From Carissa Woodwyk about the long term issues adult  adoptees face (originally posted on Facebook)……

i think today is the end of “national adoption month,” right? well, i might just have a final “thought” from a conversation today (but you know that i will have many more thoughts because i always have thoughts, right?)


think about the ADULT adoptees you know – maybe it’s a personal friend or family member or someone you follow on social media. i’m gonna guess that MOST (not every) would say, if they could articulate it, that they long so deeply to feel loved. like totally and utterly loved. and i wonder, if for many, that means feeling KNOWN and WANTED and ENOUGH by and for others. (and by “known” i mean have what’s INSIDE them be known, not having someone know what they’re “doing” or “act like.” those are two very different things.)


and today, i was struck with this in a different way than before…


the very FIRST thing parents do when a woman is pregnant is TOUCH – he and/or she TOUCH the tummy, the baby bump, that shelters and covers the life growing inside – a lot. we rub and push on and massage and hold and tuck our knees up close to the place that is nurturing the sweet baby.


and then, when the baby is born, our immediate instinct is to hold that baby – skin on skin, as tightly and sweetly and tenderly as possible. we look into her/his eyes and something about the touch and feel and smell of that life makes our hearts melt and soar all at the same time.


i wonder what it’s like for that little baby to experience all of that. i’m gonna guess that babies love that, need that, crave that.


and then i wonder what it was like for me NOT to experience all of that. i wonder what it was like for ALL the babies who did NOT and do NOT experience all of that.


when you’re lying in a crib in a room full of babies, there’s no touch.


when you’re in an institution with dozens or hundreds of other children, there’s not as much touch.


if in the beginning, touch = love, then what does that do to our understanding of love?


and then…


(totally transitioning here)


when you’re raised in a “conservative” christian home by “conservative” christian parents who are taught by a “conservative” christian theology and were surrounded by a “conservative” christian culture, i’m guessing that many children would say, “i KNOW my parents love me,” but if you followed that with the question of, “HOW did you know they loved you”? i think they would have a hard time answering. i’m guessing that (maybe) punishment instead of discipline was often used, that shame instead of connection/correction was used, that the focus was on behavior and not the heart, that holy was preached more often than wholeness.


but, i’m just guessing.


i’m guessing because almost EVERY SINGLE adult i meet with who grew up in a “christian” home, describes their upbringing in very similar ways.


YES, they were raised in homes where their parent(s) – for the most part – PROVIDED and PROTECTED and maybe even PLAYED with them as children. but were they known? did they FEEL known? did they not only KNOW, but also believe that they were LOVABLE – no matter what they said or did? did they feel NEEDED? did they feel WANTED?
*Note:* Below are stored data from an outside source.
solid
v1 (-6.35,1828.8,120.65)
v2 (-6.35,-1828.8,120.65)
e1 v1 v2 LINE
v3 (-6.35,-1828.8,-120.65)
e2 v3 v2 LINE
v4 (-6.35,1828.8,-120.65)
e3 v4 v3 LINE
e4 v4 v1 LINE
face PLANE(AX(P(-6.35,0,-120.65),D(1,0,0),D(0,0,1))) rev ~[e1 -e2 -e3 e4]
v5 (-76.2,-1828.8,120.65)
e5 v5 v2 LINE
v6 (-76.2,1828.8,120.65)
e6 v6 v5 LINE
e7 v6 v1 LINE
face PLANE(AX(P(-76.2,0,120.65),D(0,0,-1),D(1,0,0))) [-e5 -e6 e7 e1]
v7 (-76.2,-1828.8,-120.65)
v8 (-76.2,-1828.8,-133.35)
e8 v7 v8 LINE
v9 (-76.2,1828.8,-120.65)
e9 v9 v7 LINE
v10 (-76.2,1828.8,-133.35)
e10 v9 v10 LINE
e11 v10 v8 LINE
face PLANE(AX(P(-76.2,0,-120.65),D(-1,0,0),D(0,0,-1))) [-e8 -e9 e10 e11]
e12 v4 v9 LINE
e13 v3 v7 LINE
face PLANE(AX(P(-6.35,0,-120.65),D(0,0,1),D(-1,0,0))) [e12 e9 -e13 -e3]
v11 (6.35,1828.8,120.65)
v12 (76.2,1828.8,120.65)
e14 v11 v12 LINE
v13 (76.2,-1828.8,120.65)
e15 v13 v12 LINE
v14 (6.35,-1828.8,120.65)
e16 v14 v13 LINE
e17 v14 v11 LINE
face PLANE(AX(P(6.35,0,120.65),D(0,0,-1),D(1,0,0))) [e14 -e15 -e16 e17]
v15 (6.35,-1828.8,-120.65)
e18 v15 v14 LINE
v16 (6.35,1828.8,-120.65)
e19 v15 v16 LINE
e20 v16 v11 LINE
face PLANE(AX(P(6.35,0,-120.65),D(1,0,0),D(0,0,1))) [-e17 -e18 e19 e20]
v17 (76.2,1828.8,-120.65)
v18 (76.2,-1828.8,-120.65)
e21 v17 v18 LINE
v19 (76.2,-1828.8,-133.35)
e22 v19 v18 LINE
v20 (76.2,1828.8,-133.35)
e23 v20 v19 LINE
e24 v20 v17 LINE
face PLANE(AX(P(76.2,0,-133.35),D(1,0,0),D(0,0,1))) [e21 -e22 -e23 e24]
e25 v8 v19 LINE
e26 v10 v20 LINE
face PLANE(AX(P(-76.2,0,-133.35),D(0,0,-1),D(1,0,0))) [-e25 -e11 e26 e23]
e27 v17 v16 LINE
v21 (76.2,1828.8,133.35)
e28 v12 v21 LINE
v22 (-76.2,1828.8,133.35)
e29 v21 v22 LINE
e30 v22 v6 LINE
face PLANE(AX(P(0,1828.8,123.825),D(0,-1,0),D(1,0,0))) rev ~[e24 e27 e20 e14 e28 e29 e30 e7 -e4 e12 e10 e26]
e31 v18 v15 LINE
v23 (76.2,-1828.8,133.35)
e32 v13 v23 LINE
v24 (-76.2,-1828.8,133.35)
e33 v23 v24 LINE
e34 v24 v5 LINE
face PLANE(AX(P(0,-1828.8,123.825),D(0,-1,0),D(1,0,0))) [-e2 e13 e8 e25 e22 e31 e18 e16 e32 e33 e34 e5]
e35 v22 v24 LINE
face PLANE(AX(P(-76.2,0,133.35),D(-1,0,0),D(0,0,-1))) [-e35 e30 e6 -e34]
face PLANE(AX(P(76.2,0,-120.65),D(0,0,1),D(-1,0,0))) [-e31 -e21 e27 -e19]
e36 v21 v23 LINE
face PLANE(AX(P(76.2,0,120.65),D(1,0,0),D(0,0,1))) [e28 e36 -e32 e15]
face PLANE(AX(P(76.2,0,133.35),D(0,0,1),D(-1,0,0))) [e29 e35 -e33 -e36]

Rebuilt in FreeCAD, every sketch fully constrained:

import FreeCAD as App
import Part
import Sketcher
from FreeCAD import Vector
Q = App.Units.Quantity


def add_polygon(sketch, points):
    """Adds a closed chain of lines whose ends are joined by coincident constraints."""
    first, n = sketch.GeometryCount, len(points)
    for a, b in zip(points, points[1:] + points[:1]):
        sketch.addGeometry(Part.LineSegment(App.Vector(*a, 0), App.Vector(*b, 0)), False)
    for i in range(n):
        sketch.addConstraint(Sketcher.Constraint("Coincident", first + i, 2, first + (i + 1) % n, 1))

doc = App.newDocument("Part")
body = doc.addObject("PartDesign::Body", "Body")

# Sketch on XZ plane
sketch1 = body.newObject("Sketcher::SketchObject", "Sketch")
sketch1.AttachmentSupport = (doc.getObject("XZ_Plane"), [""])
sketch1.MapMode = "FlatFace"
add_polygon(sketch1, [(76, 121), (76, 133), (-76, 133), (-76, 121), (-6, 121), (-6, -121), (-76, -121), (-76, -133), (76, -133), (76, -121), (6, -121), (6, 121)])  # lines 0-11
sketch1.addConstraint(Sketcher.Constraint("Vertical", 0))
sketch1.addConstraint(Sketcher.Constraint("Horizontal", 1))
sketch1.addConstraint(Sketcher.Constraint("Vertical", 2))
sketch1.addConstraint(Sketcher.Constraint("Horizontal", 3))
sketch1.addConstraint(Sketcher.Constraint("Vertical", 4))
sketch1.addConstraint(Sketcher.Constraint("Horizontal", 5))
sketch1.addConstraint(Sketcher.Constraint("Vertical", 6))
sketch1.addConstraint(Sketcher.Constraint("Horizontal", 7))
sketch1.addConstraint(Sketcher.Constraint("Vertical", 8))
sketch1.addConstraint(Sketcher.Constraint("Horizontal", 9))
sketch1.addConstraint(Sketcher.Constraint("Vertical", 10))
sketch1.addConstraint(Sketcher.Constraint("Horizontal", 11))
sketch1.addConstraint(Sketcher.Constraint("Symmetric", 0, 2, 6, 2, -1, 1))
sketch1.addConstraint(Sketcher.Constraint("Symmetric", 2, 2, 8, 2, -1, 1))
sketch1.addConstraint(Sketcher.Constraint("Symmetric", 4, 2, 10, 2, -1, 1))
sketch1.addConstraint(Sketcher.Constraint("Symmetric", 5, 2, 8, 2, -2))
sketch1.addConstraint(Sketcher.Constraint("DistanceX", 1, 2, 1, 1, Q("6 in")))
sketch1.addConstraint(Sketcher.Constraint("DistanceY", 0, 1, 0, 2, Q("0.5 in")))
sketch1.addConstraint(Sketcher.Constraint("DistanceY", 4, 2, 4, 1, Q("9.5 in")))
sketch1.addConstraint(Sketcher.Constraint("DistanceX", 3, 1, 3, 2, Q("2.75 in")))
pad1 = body.newObject("PartDesign::Pad", "Pad")
pad1.Profile = sketch1
pad1.Length = Q("144 in")
pad1.Midplane = True

doc.recompute()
and now add the impact of the MISSING layer (for some) – the layer where the very first way parents/caretakers show their LOVE to a child is by touching them, holding them – a lot.
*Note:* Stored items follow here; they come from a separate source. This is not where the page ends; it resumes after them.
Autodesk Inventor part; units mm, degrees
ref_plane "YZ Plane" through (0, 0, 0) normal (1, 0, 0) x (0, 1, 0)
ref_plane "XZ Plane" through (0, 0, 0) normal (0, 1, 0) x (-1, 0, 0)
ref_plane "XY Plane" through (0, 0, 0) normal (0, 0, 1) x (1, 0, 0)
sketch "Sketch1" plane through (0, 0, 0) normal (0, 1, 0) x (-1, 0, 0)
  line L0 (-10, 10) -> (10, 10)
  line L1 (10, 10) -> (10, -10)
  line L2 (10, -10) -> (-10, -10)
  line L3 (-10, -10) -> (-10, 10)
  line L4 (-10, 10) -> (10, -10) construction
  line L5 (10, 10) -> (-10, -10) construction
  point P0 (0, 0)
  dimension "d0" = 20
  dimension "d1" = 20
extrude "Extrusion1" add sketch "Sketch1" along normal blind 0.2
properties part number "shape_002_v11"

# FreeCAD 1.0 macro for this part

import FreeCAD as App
import Part
import Sketcher

V = App.Vector

doc = App.newDocument("Part")
body = doc.addObject("PartDesign::Body", "Body")

# Sketch on XZ plane
sketch1 = body.newObject("Sketcher::SketchObject", "Sketch")
sketch1.AttachmentSupport = (doc.getObject("XZ_Plane"), [""])
sketch1.MapMode = "FlatFace"
sketch1.addGeometry([
    Part.LineSegment(V(-10, 10, 0), V(10, 10, 0)),
    Part.LineSegment(V(10, 10, 0), V(10, -10, 0)),
    Part.LineSegment(V(10, -10, 0), V(-10, -10, 0)),
    Part.LineSegment(V(-10, -10, 0), V(-10, 10, 0)),
], False)
sketch1.addConstraint([
    Sketcher.Constraint("Coincident", 0, 2, 1, 1),
    Sketcher.Constraint("Coincident", 1, 2, 2, 1),
    Sketcher.Constraint("Coincident", 2, 2, 3, 1),
    Sketcher.Constraint("Coincident", 3, 2, 0, 1),
    Sketcher.Constraint("Horizontal", 0),
    Sketcher.Constraint("Vertical", 1),
    Sketcher.Constraint("Horizontal", 2),
    Sketcher.Constraint("Vertical", 3),
    Sketcher.Constraint("Symmetric", 0, 2, 2, 2, -1, 1),
    Sketcher.Constraint("Equal", 2, 1),
    Sketcher.Constraint("DistanceX", 0, 1, 0, 2, 20.0),
])
pad1 = body.newObject("PartDesign::Pad", "Pad")
pad1.Profile = sketch1
pad1.Length = 0.2
pad1.Reversed = True

doc.recompute()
oh, my heart. sometimes my heart can’t handle all of that – for myself, for others. i think that’s one of the reasons why i get tears when i speak in front of adoption groups – i feel all the weight of those babies and the impact of what they didn’t receive, in the beginning. and, that is NOT to dismiss what they DID receive. i know so many of you quickly respond to me with, “but my baby had a great caretaker in the orphanage or foster home!” yes! celebrate that. hold that. AND, hold the impact of what didn’t happen. #bothand


i guess when i read adult adoptees’ posts and blogs, it doesn’t surprise me how much they are emoting online, in public. sometimes i wonder if they’re desperate to feel heard, to feel known. to feel loved. and i get why.
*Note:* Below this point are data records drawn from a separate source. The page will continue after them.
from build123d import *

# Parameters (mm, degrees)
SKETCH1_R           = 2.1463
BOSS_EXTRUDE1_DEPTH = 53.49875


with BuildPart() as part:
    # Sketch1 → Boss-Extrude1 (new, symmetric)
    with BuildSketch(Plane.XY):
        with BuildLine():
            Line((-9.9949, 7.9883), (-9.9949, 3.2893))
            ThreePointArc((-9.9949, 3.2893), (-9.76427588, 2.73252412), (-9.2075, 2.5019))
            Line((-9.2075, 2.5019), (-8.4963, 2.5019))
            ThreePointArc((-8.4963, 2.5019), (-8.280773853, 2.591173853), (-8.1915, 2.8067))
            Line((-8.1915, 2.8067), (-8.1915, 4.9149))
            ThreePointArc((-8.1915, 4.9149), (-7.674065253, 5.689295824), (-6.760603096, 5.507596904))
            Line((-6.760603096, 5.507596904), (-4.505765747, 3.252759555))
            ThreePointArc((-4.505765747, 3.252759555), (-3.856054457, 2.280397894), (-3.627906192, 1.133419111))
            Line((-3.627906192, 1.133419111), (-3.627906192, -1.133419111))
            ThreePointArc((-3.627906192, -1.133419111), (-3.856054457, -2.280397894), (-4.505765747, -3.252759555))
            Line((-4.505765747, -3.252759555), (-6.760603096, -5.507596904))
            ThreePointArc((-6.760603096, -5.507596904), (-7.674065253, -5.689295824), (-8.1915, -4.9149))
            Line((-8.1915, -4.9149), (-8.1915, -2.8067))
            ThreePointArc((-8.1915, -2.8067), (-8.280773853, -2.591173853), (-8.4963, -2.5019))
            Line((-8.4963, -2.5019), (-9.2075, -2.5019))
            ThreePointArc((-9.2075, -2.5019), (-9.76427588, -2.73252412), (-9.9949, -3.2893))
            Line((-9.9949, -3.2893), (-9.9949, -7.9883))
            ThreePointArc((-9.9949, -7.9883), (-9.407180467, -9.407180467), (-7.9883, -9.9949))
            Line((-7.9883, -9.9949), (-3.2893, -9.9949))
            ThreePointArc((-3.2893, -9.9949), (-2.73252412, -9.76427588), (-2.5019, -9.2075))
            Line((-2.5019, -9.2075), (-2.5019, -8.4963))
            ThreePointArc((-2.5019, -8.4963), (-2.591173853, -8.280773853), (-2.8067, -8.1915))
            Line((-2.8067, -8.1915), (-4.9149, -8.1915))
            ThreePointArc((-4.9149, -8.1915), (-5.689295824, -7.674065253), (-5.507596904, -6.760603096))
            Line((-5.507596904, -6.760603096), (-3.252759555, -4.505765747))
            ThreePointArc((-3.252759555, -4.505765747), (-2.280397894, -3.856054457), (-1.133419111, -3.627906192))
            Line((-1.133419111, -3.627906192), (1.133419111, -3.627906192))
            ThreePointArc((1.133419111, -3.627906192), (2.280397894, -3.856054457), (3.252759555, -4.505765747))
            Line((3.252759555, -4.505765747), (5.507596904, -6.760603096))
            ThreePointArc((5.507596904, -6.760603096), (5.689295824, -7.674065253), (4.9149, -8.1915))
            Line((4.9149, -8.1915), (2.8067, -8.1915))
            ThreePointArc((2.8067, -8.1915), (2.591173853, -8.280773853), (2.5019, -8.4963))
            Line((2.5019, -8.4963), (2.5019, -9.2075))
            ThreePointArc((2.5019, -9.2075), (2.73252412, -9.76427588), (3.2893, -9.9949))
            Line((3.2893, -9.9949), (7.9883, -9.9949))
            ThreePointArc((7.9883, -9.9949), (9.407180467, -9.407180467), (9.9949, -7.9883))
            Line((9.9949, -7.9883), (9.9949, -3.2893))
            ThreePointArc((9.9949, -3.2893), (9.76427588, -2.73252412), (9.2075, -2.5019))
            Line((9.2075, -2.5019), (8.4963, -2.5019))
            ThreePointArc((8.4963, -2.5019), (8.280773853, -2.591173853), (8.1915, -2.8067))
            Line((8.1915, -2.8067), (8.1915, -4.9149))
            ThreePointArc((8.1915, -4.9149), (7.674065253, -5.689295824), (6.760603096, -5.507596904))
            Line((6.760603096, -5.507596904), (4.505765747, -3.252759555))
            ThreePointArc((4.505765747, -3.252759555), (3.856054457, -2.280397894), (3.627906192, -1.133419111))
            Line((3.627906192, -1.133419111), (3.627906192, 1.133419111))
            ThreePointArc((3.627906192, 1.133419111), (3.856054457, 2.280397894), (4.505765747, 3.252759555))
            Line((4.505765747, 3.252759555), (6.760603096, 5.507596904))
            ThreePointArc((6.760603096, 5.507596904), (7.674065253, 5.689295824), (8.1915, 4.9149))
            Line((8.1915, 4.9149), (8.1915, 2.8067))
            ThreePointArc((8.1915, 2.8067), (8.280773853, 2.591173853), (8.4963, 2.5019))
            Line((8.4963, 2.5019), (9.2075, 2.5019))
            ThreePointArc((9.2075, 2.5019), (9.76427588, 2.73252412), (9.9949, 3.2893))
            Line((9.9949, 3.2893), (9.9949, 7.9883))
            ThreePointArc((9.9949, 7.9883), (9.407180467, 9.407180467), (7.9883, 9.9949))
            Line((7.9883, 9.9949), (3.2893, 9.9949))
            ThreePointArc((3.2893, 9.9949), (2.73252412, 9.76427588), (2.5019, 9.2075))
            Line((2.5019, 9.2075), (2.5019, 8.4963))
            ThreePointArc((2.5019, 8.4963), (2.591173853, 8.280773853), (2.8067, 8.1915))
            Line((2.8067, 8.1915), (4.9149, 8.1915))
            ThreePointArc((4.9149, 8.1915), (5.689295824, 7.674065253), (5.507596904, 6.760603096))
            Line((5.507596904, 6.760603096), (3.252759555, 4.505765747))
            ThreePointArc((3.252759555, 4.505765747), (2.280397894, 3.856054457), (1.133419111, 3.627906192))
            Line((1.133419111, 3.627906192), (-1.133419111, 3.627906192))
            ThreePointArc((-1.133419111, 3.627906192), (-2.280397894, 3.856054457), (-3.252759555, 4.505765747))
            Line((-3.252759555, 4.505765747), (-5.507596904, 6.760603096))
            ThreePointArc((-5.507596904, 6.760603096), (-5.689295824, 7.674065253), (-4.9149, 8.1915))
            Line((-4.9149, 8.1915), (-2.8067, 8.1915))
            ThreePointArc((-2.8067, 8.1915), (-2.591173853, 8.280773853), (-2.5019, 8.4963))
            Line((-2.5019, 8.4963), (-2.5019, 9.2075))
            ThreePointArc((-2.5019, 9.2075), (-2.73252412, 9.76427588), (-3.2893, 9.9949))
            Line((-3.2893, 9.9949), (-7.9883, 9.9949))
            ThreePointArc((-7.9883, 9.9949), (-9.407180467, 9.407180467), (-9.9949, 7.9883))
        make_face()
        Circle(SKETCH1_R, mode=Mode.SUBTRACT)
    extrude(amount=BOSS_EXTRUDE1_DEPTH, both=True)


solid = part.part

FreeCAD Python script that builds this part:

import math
import FreeCAD as App
import Part
import Sketcher
Q = App.Units.Quantity

doc = App.newDocument("Part")
params = doc.addObject("Spreadsheet::Sheet", "Params")
for row, (alias, value) in enumerate([
    ("sketch1_diameter", "0.169 in"),
    ("sketch1_radius", "0.031 in"),
    ("sketch1_radius2", "0.012 in"),
    ("sketch1_radius3", "0.033 in"),
    ("sketch1_radius4", "0.118 in"),
    ("pad1_length", "4.2125 in"),
], start=1):
    params.set(f"A{row}", alias)
    params.set(f"B{row}", "=" + value)
    params.setAlias(f"B{row}", alias)

body = doc.addObject("PartDesign::Body", "Body")

# Sketch on XY plane
sketch1 = body.newObject("Sketcher::SketchObject", "Sketch")
sketch1.AttachmentSupport = (doc.getObject("XY_Plane"), [""])
sketch1.MapMode = "FlatFace"
sketch1.addGeometry([
    Part.LineSegment(App.Vector(-9.99, 7.99, 0), App.Vector(-9.99, 3.29, 0)),  # 0
    Part.ArcOfCircle(Part.Circle(App.Vector(-9.21, 3.29, 0), App.Vector(0, 0, 1), 0.79), math.radians(180), math.radians(270)),  # 1
    Part.LineSegment(App.Vector(-9.21, 2.5, 0), App.Vector(-8.5, 2.5, 0)),  # 2
    Part.ArcOfCircle(Part.Circle(App.Vector(-8.5, 2.81, 0), App.Vector(0, 0, 1), 0.3), math.radians(-90), math.radians(0)),  # 3
    Part.LineSegment(App.Vector(-8.19, 2.81, 0), App.Vector(-8.19, 4.91, 0)),  # 4
    Part.ArcOfCircle(Part.Circle(App.Vector(-7.35, 4.91, 0), App.Vector(0, 0, 1), 0.84), math.radians(45), math.radians(180)),  # 5
    Part.LineSegment(App.Vector(-6.76, 5.51, 0), App.Vector(-4.51, 3.25, 0)),  # 6
    Part.ArcOfCircle(Part.Circle(App.Vector(-6.63, 1.13, 0), App.Vector(0, 0, 1), 3), math.radians(0), math.radians(45)),  # 7
    Part.LineSegment(App.Vector(-3.63, 1.13, 0), App.Vector(-3.63, -1.13, 0)),  # 8
    Part.ArcOfCircle(Part.Circle(App.Vector(-6.63, -1.13, 0), App.Vector(0, 0, 1), 3), math.radians(-45), math.radians(0)),  # 9
    Part.LineSegment(App.Vector(-4.51, -3.25, 0), App.Vector(-6.76, -5.51, 0)),  # 10
    Part.ArcOfCircle(Part.Circle(App.Vector(-7.35, -4.91, 0), App.Vector(0, 0, 1), 0.84), math.radians(180), math.radians(315)),  # 11
    Part.LineSegment(App.Vector(-8.19, -4.91, 0), App.Vector(-8.19, -2.81, 0)),  # 12
    Part.ArcOfCircle(Part.Circle(App.Vector(-8.5, -2.81, 0), App.Vector(0, 0, 1), 0.3), math.radians(0), math.radians(90)),  # 13
    Part.LineSegment(App.Vector(-8.5, -2.5, 0), App.Vector(-9.21, -2.5, 0)),  # 14
    Part.ArcOfCircle(Part.Circle(App.Vector(-9.21, -3.29, 0), App.Vector(0, 0, 1), 0.79), math.radians(90), math.radians(180)),  # 15
    Part.LineSegment(App.Vector(-9.99, -3.29, 0), App.Vector(-9.99, -7.99, 0)),  # 16
    Part.ArcOfCircle(Part.Circle(App.Vector(-7.99, -7.99, 0), App.Vector(0, 0, 1), 2.01), math.radians(180), math.radians(270)),  # 17
    Part.LineSegment(App.Vector(-7.99, -9.99, 0), App.Vector(-3.29, -9.99, 0)),  # 18
    Part.ArcOfCircle(Part.Circle(App.Vector(-3.29, -9.21, 0), App.Vector(0, 0, 1), 0.79), math.radians(-90), math.radians(0)),  # 19
    Part.LineSegment(App.Vector(-2.5, -9.21, 0), App.Vector(-2.5, -8.5, 0)),  # 20
    Part.ArcOfCircle(Part.Circle(App.Vector(-2.81, -8.5, 0), App.Vector(0, 0, 1), 0.3), math.radians(0), math.radians(90)),  # 21
    Part.LineSegment(App.Vector(-2.81, -8.19, 0), App.Vector(-4.91, -8.19, 0)),  # 22
    Part.ArcOfCircle(Part.Circle(App.Vector(-4.91, -7.35, 0), App.Vector(0, 0, 1), 0.84), math.radians(135), math.radians(270)),  # 23
    Part.LineSegment(App.Vector(-5.51, -6.76, 0), App.Vector(-3.25, -4.51, 0)),  # 24
    Part.ArcOfCircle(Part.Circle(App.Vector(-1.13, -6.63, 0), App.Vector(0, 0, 1), 3), math.radians(90), math.radians(135)),  # 25
    Part.LineSegment(App.Vector(-1.13, -3.63, 0), App.Vector(1.13, -3.63, 0)),  # 26
    Part.ArcOfCircle(Part.Circle(App.Vector(1.13, -6.63, 0), App.Vector(0, 0, 1), 3), math.radians(45), math.radians(90)),  # 27
    Part.LineSegment(App.Vector(3.25, -4.51, 0), App.Vector(5.51, -6.76, 0)),  # 28
    Part.ArcOfCircle(Part.Circle(App.Vector(4.91, -7.35, 0), App.Vector(0, 0, 1), 0.84), math.radians(-90), math.radians(45)),  # 29
    Part.LineSegment(App.Vector(4.91, -8.19, 0), App.Vector(2.81, -8.19, 0)),  # 30
    Part.ArcOfCircle(Part.Circle(App.Vector(2.81, -8.5, 0), App.Vector(0, 0, 1), 0.3), math.radians(90), math.radians(180)),  # 31
    Part.LineSegment(App.Vector(2.5, -8.5, 0), App.Vector(2.5, -9.21, 0)),  # 32
    Part.ArcOfCircle(Part.Circle(App.Vector(3.29, -9.21, 0), App.Vector(0, 0, 1), 0.79), math.radians(180), math.radians(270)),  # 33
    Part.LineSegment(App.Vector(3.29, -9.99, 0), App.Vector(7.99, -9.99, 0)),  # 34
    Part.ArcOfCircle(Part.Circle(App.Vector(7.99, -7.99, 0), App.Vector(0, 0, 1), 2.01), math.radians(-90), math.radians(0)),  # 35
    Part.LineSegment(App.Vector(9.99, -7.99, 0), App.Vector(9.99, -3.29, 0)),  # 36
    Part.ArcOfCircle(Part.Circle(App.Vector(9.21, -3.29, 0), App.Vector(0, 0, 1), 0.79), math.radians(0), math.radians(90)),  # 37
    Part.LineSegment(App.Vector(9.21, -2.5, 0), App.Vector(8.5, -2.5, 0)),  # 38
    Part.ArcOfCircle(Part.Circle(App.Vector(8.5, -2.81, 0), App.Vector(0, 0, 1), 0.3), math.radians(90), math.radians(180)),  # 39
    Part.LineSegment(App.Vector(8.19, -2.81, 0), App.Vector(8.19, -4.91, 0)),  # 40
    Part.ArcOfCircle(Part.Circle(App.Vector(7.35, -4.91, 0), App.Vector(0, 0, 1), 0.84), math.radians(-135), math.radians(0)),  # 41
    Part.LineSegment(App.Vector(6.76, -5.51, 0), App.Vector(4.51, -3.25, 0)),  # 42
    Part.ArcOfCircle(Part.Circle(App.Vector(6.63, -1.13, 0), App.Vector(0, 0, 1), 3), math.radians(180), math.radians(225)),  # 43
    Part.LineSegment(App.Vector(3.63, -1.13, 0), App.Vector(3.63, 1.13, 0)),  # 44
    Part.ArcOfCircle(Part.Circle(App.Vector(6.63, 1.13, 0), App.Vector(0, 0, 1), 3), math.radians(135), math.radians(180)),  # 45
    Part.LineSegment(App.Vector(4.51, 3.25, 0), App.Vector(6.76, 5.51, 0)),  # 46
    Part.ArcOfCircle(Part.Circle(App.Vector(7.35, 4.91, 0), App.Vector(0, 0, 1), 0.84), math.radians(0), math.radians(135)),  # 47
    Part.LineSegment(App.Vector(8.19, 4.91, 0), App.Vector(8.19, 2.81, 0)),  # 48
i guess when i hear adult adopted clients tell me that they don’t believe or struggle believing that they are lovable and don’t always deserve love and that they still swim in shame and fear and guilt, it doesn’t surprise me. i get it.


when they tell me that they don’t feel loved and that they’re not good at loving, it doesn’t surprise me. i get it.


and then when they tell me how difficult it is to have lasting relationships – that they have this realization that no one’s doing a perfect job loving them which leads to the feeling of being desperate for love and to know they’re lovable which leads them to demanding others to love them perfectly which leads to distance and disconnection which leads to loneliness.


which can lead to desperation.


and then we have the choice…to flee or to feel.


and if we flee, we’re gonna find something or someone to make us feel good. our brains and body can’t hold all of that.


but if we feel and own our story and allow our story to be true, it can lead us back to LIFE. we may actually find ourselves for the first time.


and then healing.


and transformation.


and then lots and lots of practice.


which leads to HOPE – a word that means that tomorrow can be better than today.


which leads to the truth that the degree to which we know and believe that we are lovable is directly related to the degree to which we have the ability to love others well.


and as WE change, our relationships will change.


which leads to a better tomorrow.


hmmm…i bet you don’t have to be an adopted to person to get all of this.


advent = HOPE


much much grace.

and even more HOPE this advent season.